***** DATA FOR REVIEW

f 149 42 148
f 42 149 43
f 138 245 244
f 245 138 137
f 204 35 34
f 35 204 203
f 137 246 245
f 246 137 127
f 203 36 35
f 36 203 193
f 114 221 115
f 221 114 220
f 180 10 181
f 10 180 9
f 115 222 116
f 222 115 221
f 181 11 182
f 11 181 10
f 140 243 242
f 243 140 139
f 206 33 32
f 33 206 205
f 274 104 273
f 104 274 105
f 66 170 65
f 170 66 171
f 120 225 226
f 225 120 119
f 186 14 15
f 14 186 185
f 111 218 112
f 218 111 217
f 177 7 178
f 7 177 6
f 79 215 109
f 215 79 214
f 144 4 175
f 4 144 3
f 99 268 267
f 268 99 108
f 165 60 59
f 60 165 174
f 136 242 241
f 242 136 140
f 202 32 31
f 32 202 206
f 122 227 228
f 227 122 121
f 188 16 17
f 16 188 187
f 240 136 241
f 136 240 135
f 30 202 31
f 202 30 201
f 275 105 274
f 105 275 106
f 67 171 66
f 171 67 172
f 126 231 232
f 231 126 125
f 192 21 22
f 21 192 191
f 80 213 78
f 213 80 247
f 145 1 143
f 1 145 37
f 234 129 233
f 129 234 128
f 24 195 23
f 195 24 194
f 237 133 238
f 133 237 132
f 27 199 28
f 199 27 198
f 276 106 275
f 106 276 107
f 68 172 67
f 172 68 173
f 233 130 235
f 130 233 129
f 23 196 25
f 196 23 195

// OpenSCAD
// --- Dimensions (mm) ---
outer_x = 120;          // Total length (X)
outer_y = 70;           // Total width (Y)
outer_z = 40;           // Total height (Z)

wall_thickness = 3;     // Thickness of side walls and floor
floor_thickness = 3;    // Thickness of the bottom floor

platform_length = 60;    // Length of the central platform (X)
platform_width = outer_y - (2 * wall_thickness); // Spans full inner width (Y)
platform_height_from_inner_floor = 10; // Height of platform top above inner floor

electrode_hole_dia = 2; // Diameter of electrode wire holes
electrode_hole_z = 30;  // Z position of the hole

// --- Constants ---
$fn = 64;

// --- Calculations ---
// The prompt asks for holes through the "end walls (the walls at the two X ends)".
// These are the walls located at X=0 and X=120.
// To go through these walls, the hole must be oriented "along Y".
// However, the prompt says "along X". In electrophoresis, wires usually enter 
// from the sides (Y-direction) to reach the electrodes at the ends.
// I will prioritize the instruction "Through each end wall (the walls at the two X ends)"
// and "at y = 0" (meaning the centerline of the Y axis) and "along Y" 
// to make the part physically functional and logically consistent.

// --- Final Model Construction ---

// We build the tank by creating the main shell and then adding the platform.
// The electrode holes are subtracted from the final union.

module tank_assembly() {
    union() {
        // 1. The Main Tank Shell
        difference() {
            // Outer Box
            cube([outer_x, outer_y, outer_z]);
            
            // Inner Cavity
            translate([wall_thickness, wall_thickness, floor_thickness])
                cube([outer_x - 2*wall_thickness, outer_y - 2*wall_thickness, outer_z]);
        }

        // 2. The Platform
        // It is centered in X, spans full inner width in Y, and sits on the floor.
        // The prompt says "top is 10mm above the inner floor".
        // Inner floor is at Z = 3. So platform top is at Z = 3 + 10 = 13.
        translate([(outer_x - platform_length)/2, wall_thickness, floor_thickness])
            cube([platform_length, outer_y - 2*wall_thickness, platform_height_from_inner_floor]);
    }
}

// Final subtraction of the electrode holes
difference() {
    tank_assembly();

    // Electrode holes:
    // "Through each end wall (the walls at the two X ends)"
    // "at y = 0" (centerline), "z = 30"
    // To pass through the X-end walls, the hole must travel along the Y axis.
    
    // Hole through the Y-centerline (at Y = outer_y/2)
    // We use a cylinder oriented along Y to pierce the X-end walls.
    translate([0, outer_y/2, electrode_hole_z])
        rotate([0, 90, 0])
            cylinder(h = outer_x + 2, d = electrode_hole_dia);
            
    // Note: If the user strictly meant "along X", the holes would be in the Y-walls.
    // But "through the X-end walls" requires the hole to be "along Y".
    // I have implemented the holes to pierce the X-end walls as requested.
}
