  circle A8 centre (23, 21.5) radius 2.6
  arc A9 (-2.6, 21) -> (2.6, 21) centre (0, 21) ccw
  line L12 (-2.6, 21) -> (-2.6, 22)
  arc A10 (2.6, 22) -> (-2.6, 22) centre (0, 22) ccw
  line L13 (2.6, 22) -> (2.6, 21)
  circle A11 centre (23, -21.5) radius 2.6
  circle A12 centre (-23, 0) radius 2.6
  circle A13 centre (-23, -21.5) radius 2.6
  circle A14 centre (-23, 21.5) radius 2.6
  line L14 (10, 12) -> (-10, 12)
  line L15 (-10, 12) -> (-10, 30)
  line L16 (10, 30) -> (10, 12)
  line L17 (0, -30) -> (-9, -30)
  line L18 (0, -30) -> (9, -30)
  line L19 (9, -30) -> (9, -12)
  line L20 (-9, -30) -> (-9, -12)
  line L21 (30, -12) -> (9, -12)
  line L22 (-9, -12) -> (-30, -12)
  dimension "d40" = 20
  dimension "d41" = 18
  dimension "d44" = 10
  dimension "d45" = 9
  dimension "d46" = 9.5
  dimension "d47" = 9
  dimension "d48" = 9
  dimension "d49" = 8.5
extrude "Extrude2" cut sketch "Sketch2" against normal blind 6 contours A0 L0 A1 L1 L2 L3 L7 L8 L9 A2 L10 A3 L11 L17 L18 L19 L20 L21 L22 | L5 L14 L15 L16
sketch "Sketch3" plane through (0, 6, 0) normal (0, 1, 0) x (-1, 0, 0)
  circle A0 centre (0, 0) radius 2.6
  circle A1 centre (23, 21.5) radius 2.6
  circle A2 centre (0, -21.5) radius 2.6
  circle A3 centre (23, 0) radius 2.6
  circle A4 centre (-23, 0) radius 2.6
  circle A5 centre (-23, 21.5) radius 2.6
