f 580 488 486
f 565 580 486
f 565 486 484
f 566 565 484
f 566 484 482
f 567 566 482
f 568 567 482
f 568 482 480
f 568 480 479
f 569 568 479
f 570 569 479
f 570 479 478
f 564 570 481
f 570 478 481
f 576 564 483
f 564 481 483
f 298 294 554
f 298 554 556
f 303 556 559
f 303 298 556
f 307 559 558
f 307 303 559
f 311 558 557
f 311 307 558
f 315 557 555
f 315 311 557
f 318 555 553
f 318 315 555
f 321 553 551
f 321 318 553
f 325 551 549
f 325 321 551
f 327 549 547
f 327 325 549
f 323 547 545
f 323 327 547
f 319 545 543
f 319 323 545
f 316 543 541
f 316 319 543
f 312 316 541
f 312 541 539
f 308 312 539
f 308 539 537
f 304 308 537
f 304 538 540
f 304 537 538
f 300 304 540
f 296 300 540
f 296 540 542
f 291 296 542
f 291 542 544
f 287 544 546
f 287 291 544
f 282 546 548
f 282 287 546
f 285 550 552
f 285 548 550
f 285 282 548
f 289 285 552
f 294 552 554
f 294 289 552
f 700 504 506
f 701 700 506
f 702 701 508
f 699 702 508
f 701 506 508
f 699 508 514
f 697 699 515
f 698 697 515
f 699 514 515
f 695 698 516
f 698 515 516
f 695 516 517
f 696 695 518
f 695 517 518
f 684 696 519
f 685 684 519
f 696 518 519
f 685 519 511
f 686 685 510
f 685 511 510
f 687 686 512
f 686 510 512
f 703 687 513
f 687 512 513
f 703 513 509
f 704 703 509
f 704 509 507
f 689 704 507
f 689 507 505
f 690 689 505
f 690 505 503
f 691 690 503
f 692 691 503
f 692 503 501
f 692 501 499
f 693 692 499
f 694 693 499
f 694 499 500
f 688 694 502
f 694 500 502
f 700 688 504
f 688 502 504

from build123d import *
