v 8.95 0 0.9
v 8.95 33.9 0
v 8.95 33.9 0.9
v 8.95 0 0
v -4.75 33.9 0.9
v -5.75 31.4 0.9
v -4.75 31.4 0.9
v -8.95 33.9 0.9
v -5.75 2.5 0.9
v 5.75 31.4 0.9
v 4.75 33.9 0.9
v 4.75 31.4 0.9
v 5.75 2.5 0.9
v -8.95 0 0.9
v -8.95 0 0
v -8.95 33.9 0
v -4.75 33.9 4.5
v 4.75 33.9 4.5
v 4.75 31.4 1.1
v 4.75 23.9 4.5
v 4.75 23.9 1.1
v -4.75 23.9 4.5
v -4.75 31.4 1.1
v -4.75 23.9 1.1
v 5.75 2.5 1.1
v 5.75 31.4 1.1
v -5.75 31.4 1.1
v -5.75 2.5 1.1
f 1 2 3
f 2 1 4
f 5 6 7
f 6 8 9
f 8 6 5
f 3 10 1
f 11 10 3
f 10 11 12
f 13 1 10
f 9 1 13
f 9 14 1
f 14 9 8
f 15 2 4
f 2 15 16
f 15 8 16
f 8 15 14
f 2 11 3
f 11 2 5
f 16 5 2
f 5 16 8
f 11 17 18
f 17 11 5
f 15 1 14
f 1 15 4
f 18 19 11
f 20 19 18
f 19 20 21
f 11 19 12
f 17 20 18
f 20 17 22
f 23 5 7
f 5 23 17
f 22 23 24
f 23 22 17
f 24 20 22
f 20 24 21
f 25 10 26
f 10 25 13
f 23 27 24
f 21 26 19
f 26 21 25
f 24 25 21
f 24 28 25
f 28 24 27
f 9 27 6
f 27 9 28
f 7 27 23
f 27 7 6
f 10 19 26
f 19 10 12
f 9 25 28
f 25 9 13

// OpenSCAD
// Dimensions of the board
blength  = 33.6+0.3;
bwidth   = 17.9;
bthick   = 0.9;
bheight  = 4.5;
// Height of the USB port; measured from the bottom of 
// plate
busb     = 9.5;
// Width of the board minus the width of the connector
// pins
bmiddlew = 11.5;
bmiddlew2 = 5;


function micropro_length() = blength;
function micropro_width() = bwidth;
function micropro_thickness() = bthick;


module micropro_example() {
  color("darkred") {
  translate([-bwidth/2, 0, 0])
    cube([bwidth, blength, bthick]);
  translate([-busb/2, blength-10, 0])
    cube([busb, 10, bheight]);
  translate([-bmiddlew/2, 2.5, 0])
    cube([bmiddlew, blength-5, bthick+0.2]);
  }
}

micropro_example();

**********

## EXERCISE PROMPT
Sift the material for lines that include the word "sketch", and copy each one.

## THE COMPLETED TASK
extrude "Extrude2" cut sketch "Sketch2" against normal blind 6 contours A0 L0 A1 L1 L2 L3 L7 L8 L9 A2 L10 A3 L11 L17 L18 L19 L20 L21 L22 | L5 L14 L15 L16
sketch "Sketch3" plane through (0, 6, 0) normal (0, 1, 0) x (-1, 0, 0)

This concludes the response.